§ Task brief
Wherever the line with "f 266 265 264" sits in the listing below, transcribe from it up to and including the line with "f 230 229 55", exactly, and leave the remaining lines out.
━━━━━━━━
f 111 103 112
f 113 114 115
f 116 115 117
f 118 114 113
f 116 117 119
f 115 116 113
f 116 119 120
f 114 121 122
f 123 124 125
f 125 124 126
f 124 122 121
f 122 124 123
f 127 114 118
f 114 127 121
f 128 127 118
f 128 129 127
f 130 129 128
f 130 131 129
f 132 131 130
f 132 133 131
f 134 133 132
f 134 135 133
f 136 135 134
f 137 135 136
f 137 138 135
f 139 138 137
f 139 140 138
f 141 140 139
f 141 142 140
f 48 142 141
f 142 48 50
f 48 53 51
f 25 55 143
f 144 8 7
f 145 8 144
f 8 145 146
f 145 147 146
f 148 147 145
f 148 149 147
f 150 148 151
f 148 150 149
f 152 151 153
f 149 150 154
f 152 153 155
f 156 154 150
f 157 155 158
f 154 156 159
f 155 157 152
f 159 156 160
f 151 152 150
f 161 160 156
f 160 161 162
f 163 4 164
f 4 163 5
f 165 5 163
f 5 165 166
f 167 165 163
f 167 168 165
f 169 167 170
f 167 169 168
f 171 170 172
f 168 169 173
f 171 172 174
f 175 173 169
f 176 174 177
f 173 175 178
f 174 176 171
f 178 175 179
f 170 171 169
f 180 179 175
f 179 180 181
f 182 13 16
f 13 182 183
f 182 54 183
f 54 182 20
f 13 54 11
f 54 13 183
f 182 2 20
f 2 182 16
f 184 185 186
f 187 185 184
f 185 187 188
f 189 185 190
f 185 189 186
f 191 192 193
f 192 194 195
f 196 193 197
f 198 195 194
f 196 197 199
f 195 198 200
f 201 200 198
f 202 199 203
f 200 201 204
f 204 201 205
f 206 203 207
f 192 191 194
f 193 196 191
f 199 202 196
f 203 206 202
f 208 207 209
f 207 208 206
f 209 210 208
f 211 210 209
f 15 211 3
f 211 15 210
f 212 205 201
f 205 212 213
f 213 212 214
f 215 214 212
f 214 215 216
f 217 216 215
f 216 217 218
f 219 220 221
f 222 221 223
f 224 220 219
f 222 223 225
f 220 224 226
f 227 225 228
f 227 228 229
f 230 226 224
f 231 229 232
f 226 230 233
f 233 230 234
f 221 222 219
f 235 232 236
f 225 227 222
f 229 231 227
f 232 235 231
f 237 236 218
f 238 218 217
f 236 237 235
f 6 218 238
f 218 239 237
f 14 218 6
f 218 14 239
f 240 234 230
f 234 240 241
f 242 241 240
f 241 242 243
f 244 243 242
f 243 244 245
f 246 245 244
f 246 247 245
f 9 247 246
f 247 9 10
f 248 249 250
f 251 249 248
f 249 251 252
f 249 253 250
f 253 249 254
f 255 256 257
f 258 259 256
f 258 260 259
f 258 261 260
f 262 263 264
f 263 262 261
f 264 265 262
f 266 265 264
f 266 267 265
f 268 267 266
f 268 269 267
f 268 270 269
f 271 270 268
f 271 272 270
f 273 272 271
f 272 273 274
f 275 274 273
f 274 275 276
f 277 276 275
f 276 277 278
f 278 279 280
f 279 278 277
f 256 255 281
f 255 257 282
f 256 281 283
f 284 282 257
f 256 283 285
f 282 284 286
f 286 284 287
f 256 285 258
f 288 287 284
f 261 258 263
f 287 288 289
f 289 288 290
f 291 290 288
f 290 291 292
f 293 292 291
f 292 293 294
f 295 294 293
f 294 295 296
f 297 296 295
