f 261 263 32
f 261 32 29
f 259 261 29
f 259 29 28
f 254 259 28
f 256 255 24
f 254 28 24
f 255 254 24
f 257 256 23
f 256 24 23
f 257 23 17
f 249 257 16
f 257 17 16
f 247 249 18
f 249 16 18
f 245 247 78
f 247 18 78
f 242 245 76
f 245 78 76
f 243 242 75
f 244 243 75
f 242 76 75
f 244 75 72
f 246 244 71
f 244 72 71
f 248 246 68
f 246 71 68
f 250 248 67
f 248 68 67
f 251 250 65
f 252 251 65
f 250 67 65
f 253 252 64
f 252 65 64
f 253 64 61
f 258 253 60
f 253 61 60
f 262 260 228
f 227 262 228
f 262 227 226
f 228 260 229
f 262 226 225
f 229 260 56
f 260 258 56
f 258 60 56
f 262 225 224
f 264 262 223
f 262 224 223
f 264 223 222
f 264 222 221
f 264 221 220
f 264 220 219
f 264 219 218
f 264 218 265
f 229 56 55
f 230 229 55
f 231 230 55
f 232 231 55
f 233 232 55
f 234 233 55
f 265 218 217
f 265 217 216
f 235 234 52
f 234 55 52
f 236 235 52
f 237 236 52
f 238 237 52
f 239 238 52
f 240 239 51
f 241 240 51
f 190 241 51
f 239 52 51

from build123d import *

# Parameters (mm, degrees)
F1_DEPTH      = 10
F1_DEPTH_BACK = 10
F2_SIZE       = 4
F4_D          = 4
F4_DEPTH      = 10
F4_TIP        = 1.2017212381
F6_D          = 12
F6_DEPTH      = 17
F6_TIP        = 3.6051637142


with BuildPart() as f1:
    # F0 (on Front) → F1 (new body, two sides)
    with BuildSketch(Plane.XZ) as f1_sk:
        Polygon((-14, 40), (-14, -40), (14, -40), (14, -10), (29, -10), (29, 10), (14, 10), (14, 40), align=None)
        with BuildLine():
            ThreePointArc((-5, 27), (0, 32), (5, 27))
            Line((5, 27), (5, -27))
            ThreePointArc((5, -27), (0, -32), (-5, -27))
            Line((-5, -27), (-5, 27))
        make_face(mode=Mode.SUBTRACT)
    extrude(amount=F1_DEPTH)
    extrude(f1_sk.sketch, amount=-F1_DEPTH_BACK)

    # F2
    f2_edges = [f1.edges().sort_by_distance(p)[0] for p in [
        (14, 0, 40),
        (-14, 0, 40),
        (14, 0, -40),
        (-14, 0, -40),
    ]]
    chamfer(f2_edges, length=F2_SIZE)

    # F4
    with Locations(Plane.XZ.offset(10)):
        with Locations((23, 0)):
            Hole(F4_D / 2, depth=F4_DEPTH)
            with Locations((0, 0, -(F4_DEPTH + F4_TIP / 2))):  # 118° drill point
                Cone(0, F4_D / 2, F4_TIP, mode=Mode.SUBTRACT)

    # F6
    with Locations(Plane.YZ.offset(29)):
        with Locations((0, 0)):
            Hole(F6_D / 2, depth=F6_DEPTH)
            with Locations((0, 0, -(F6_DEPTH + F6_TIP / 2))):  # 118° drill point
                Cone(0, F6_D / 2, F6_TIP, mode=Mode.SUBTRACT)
━━━━━━━━
§ Written response
f 266 265 264
f 266 267 265
f 268 267 266
f 268 269 267
f 268 270 269
f 271 270 268
f 271 272 270
f 273 272 271
f 272 273 274
f 275 274 273
f 274 275 276
f 277 276 275
f 276 277 278
f 278 279 280
f 279 278 277
f 256 255 281
f 255 257 282
f 256 281 283
f 284 282 257
f 256 283 285
f 282 284 286
f 286 284 287
f 256 285 258
f 288 287 284
f 261 258 263
f 287 288 289
f 289 288 290
f 291 290 288
f 290 291 292
f 293 292 291
f 292 293 294
f 295 294 293
f 294 295 296
f 297 296 295
f 261 263 32
f 261 32 29
f 259 261 29
f 259 29 28
f 254 259 28
f 256 255 24
f 254 28 24
f 255 254 24
f 257 256 23
f 256 24 23
f 257 23 17
f 249 257 16
f 257 17 16
f 247 249 18
f 249 16 18
f 245 247 78
f 247 18 78
f 242 245 76
f 245 78 76
f 243 242 75
f 244 243 75
f 242 76 75
f 244 75 72
f 246 244 71
f 244 72 71
f 248 246 68
f 246 71 68
f 250 248 67
f 248 68 67
f 251 250 65
f 252 251 65
f 250 67 65
f 253 252 64
f 252 65 64
f 253 64 61
f 258 253 60
f 253 61 60
f 262 260 228
f 227 262 228
f 262 227 226
f 228 260 229
f 262 226 225
f 229 260 56
f 260 258 56
f 258 60 56
f 262 225 224
f 264 262 223
f 262 224 223
f 264 223 222
f 264 222 221
f 264 221 220
f 264 220 219
f 264 219 218
f 264 218 265
f 229 56 55
f 230 229 55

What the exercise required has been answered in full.